Western Outdoor Times - Times Spent Outdoors: Priceless!

By AZGFD 

American Black Bear

Be Bear Aware; They're Hungry

 

Bears are now on the move; the public is reminded not to feed Wildlife.

Arizona’s bears are on the move in search for an easy meal, and the Arizona Game and Fish Department reminds everyone to be safe by being Bear Aware

The warning comes as department officials tranquilized and safely relocated a sub-adult male bear in April in Prescott Valley. AZGFD was contacted by local police who reported that a bear had been spotted in the Prescott Valley Old Town Plaza parking lot.

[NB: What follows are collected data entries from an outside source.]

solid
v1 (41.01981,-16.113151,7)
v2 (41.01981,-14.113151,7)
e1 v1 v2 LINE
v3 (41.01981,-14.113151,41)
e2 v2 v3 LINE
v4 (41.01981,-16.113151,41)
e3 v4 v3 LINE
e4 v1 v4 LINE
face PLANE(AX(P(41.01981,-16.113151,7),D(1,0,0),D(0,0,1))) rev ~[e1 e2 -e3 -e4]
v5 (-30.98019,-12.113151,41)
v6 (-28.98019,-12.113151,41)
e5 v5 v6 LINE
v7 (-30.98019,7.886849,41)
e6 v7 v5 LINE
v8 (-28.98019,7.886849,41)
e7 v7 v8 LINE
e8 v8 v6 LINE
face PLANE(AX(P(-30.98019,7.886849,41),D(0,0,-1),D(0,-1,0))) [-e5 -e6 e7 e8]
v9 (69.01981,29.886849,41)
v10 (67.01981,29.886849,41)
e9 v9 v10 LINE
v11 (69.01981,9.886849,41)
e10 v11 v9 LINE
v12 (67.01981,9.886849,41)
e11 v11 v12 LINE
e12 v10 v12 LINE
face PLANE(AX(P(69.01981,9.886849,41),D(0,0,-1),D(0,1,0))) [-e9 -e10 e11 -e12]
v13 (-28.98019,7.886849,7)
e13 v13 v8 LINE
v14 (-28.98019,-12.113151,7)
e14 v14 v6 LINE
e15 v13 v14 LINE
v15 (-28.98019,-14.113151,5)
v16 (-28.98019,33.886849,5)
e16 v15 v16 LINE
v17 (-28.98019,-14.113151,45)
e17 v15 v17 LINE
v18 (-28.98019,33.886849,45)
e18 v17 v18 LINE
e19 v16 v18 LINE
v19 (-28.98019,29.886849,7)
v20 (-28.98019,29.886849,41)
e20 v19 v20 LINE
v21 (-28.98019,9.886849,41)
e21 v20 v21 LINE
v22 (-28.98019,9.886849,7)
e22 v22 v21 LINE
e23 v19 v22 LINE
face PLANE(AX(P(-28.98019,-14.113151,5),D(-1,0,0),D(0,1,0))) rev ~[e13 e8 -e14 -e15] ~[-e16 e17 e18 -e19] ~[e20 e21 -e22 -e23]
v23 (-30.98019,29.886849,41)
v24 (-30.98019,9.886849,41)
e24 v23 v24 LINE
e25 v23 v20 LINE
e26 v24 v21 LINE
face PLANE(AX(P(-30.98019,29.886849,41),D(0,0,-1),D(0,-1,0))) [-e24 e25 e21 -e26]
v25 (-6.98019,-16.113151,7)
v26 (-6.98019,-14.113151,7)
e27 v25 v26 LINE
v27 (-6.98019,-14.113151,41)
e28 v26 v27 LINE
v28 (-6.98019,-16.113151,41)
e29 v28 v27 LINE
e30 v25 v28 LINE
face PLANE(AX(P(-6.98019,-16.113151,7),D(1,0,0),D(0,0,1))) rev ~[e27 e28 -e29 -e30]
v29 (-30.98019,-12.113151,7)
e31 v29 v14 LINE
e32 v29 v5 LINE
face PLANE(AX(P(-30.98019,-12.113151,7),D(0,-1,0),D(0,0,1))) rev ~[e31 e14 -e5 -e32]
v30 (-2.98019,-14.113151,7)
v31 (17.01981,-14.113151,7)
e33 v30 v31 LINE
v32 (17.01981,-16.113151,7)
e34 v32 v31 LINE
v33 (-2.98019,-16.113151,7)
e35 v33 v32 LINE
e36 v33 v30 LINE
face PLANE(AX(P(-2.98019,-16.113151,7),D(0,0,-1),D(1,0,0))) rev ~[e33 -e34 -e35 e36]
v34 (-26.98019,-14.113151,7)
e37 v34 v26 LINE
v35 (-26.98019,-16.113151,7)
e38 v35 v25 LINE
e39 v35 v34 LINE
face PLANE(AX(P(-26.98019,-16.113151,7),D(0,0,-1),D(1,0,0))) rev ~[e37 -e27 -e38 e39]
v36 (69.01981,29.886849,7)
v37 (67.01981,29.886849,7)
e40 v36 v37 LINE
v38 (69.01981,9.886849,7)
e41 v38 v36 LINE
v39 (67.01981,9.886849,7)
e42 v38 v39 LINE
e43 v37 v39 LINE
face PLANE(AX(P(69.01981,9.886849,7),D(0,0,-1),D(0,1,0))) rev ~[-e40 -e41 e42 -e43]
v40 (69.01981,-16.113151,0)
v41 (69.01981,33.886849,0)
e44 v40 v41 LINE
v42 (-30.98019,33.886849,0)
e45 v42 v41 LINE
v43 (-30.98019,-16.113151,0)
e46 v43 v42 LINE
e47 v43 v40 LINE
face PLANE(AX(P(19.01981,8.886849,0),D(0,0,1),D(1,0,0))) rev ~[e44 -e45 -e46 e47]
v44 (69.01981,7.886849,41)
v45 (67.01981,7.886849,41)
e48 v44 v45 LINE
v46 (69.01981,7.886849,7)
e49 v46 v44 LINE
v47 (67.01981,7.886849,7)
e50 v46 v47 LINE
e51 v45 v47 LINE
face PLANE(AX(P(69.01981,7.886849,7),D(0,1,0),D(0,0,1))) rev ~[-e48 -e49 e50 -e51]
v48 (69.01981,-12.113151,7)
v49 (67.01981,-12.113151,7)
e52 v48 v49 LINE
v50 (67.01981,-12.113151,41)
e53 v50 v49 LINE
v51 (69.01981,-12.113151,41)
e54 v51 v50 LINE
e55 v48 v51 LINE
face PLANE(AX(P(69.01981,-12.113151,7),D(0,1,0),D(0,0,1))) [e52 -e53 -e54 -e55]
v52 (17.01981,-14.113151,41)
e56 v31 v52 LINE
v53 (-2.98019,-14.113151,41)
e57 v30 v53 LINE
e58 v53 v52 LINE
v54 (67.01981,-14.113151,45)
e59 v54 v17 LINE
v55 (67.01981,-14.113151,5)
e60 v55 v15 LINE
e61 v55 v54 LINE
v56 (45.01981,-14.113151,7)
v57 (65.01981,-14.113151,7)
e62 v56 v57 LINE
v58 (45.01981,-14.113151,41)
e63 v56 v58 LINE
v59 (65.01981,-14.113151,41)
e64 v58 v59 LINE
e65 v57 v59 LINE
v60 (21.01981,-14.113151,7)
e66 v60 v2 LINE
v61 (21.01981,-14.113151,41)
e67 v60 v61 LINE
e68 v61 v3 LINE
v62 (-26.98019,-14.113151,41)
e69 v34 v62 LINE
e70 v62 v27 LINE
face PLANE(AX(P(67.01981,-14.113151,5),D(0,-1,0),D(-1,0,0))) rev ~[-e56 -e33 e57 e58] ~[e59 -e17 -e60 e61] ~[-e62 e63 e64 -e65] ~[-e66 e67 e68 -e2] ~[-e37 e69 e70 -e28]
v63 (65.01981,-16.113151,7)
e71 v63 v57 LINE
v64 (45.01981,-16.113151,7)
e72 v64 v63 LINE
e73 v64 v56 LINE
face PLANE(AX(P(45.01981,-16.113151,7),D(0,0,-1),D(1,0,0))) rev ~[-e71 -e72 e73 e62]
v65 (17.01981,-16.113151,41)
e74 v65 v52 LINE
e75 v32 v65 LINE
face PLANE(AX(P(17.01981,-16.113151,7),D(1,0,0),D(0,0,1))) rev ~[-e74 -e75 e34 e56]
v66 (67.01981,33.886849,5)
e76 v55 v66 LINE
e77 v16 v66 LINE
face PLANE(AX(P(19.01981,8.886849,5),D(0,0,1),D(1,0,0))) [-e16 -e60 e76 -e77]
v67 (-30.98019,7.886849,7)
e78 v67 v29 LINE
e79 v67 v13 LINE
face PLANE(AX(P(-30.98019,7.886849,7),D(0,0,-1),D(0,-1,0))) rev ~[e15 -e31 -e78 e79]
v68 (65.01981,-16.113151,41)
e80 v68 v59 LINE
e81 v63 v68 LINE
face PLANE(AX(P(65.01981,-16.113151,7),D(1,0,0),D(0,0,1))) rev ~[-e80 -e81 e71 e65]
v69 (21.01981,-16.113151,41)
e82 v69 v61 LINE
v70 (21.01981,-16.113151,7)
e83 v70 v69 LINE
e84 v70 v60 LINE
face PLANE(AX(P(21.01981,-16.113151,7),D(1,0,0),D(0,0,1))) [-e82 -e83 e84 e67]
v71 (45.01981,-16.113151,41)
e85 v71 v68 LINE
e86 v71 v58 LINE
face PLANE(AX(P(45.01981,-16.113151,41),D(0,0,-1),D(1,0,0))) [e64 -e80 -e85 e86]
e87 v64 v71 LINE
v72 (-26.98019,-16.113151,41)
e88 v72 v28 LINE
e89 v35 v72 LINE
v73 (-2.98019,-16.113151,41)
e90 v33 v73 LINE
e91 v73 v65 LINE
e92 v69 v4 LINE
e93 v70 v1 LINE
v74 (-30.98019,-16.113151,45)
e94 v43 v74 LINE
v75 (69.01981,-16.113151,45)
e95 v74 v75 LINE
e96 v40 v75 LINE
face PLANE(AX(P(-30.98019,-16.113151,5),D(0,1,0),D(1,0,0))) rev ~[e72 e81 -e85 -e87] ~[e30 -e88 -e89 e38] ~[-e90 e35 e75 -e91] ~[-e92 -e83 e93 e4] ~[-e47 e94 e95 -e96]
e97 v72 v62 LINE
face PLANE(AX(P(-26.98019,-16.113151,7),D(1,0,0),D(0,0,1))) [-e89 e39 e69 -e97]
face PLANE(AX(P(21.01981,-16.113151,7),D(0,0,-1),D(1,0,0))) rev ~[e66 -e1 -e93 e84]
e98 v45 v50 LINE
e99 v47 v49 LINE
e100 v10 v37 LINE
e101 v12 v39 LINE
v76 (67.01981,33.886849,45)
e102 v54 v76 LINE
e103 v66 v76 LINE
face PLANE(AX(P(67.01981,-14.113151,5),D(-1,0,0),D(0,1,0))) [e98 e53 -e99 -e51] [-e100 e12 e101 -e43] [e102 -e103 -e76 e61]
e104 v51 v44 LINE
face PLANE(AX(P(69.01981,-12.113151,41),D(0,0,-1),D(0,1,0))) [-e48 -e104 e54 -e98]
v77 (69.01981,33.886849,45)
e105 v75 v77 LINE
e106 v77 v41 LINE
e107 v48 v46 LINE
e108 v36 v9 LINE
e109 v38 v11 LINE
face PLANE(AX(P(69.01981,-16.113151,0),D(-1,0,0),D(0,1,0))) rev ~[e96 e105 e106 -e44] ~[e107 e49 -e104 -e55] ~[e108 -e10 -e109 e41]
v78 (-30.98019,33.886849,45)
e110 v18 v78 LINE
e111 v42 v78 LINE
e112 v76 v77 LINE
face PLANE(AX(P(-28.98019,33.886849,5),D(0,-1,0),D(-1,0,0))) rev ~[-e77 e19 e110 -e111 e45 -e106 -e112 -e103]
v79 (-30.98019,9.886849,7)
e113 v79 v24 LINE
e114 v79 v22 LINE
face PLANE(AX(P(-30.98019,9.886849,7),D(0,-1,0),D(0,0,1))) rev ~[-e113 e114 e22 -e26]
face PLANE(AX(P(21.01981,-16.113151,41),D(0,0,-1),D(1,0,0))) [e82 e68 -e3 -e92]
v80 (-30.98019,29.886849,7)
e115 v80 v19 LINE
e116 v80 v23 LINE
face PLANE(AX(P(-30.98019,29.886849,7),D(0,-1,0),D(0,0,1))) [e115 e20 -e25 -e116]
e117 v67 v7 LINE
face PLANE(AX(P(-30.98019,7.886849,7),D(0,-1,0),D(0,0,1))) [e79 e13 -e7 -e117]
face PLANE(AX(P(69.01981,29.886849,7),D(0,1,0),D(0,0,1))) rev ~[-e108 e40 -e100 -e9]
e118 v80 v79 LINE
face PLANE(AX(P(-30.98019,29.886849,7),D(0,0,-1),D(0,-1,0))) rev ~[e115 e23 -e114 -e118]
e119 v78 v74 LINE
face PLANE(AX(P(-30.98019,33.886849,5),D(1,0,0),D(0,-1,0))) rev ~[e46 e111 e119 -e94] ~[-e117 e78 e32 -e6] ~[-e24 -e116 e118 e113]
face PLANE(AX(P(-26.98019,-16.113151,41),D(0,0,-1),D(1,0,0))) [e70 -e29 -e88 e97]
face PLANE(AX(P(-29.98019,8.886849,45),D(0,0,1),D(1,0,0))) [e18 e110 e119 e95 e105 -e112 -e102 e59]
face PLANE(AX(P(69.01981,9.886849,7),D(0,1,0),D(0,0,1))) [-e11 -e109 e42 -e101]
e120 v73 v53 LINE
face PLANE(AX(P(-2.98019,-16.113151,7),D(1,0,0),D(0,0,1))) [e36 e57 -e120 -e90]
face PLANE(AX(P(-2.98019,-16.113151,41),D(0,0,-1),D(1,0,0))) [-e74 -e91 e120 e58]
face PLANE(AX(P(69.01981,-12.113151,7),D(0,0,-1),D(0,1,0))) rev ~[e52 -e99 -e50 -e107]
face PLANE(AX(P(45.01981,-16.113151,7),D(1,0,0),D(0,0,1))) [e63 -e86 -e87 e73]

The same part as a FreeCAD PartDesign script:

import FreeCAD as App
import Part
import Sketcher

V = App.Vector
Q = App.Units.Quantity


def add_polygon(sketch, points):
    """Adds a closed chain of lines whose ends are joined by coincident constraints."""
    first, n = sketch.GeometryCount, len(points)
    for a, b in zip(points, points[1:] + points[:1]):
        sketch.addGeometry(Part.LineSegment(App.Vector(*a, 0), App.Vector(*b, 0)), False)
    for i in range(n):
        sketch.addConstraint(Sketcher.Constraint("Coincident", first + i, 2, first + (i + 1) % n, 1))

doc = App.newDocument("Part")
params = doc.addObject("Spreadsheet::Sheet", "Params")
for row, (alias, value) in enumerate([
    ("sketch1_width", "100 mm"),
    ("sketch1_height", "50 mm"),
    ("pad1_length", "5 mm"),
    ("sketch2_width", "2 mm"),
    ("sketch2_width2", "100 mm"),
    ("sketch2_height", "50 mm"),
    ("sketch2_height2", "48 mm"),
    ("pad2_length", "40 mm"),
    ("sketch3_width", "20 mm"),
    ("sketch3_height", "34 mm"),
    ("pocket1_length", "5 mm"),
    ("sketch4_width", "20 mm"),
    ("sketch4_height", "34 mm"),
    ("pocket2_length", "5 mm"),
    ("sketch5_width", "20 mm"),
    ("sketch5_height", "34 mm"),
    ("pocket3_length", "5 mm"),
], start=1):
    params.set(f"A{row}", alias)
    params.set(f"B{row}", "=" + value)
    params.setAlias(f"B{row}", alias)

body = doc.addObject("PartDesign::Body", "Body")

sketch1 = body.newObject("Sketcher::SketchObject", "Sketch")
sketch1.AttachmentSupport = (doc.getObject("XY_Plane"), [""])
sketch1.MapMode = "FlatFace"
add_polygon(sketch1, [(-31, 34), (-31, -16), (69, -16), (69, 34)])
sketch1.addConstraint([
    Sketcher.Constraint("Vertical", 0),
    Sketcher.Constraint("Horizontal", 1),
    Sketcher.Constraint("Vertical", 2),
    Sketcher.Constraint("Horizontal", 3),
    Sketcher.Constraint("DistanceX", 1, 1, 1, 2, Q("100 mm")),
    Sketcher.Constraint("DistanceY", 0, 2, 0, 1, Q("50 mm")),
    Sketcher.Constraint("DistanceX", 0, 2, -1, 1, Q("30.98019 mm")),
    Sketcher.Constraint("DistanceY", 0, 2, -1, 1, Q("16.113151 mm")),
])
sketch1.setExpression("Constraints[8]", "Params.sketch1_width")
sketch1.setExpression("Constraints[9]", "Params.sketch1_height")
pad1 = body.newObject("PartDesign::Pad", "Pad")
pad1.Profile = sketch1
pad1.setExpression("Length", "Params.pad1_length")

Two Prescott Valley officers responded and located the bear, which ran up a tree at a nearby residence. The bear remained in the tree until AZGFD Wildlife managers could respond, tranquilize the bear and safely relocate it to an undisclosed location.

It's That Time Of Year

“It’s that time of year when bears have awoken hungry and are in search of easy food and water,” said Regional Supervisor Larry Phoenix, of AZGFD’s Kingman office. “Thankfully we were able to safely return this bear to the wild. However, that isn’t always the case as bears can become dangerous after they’ve been habituated to human sources of food and denied their next meal.”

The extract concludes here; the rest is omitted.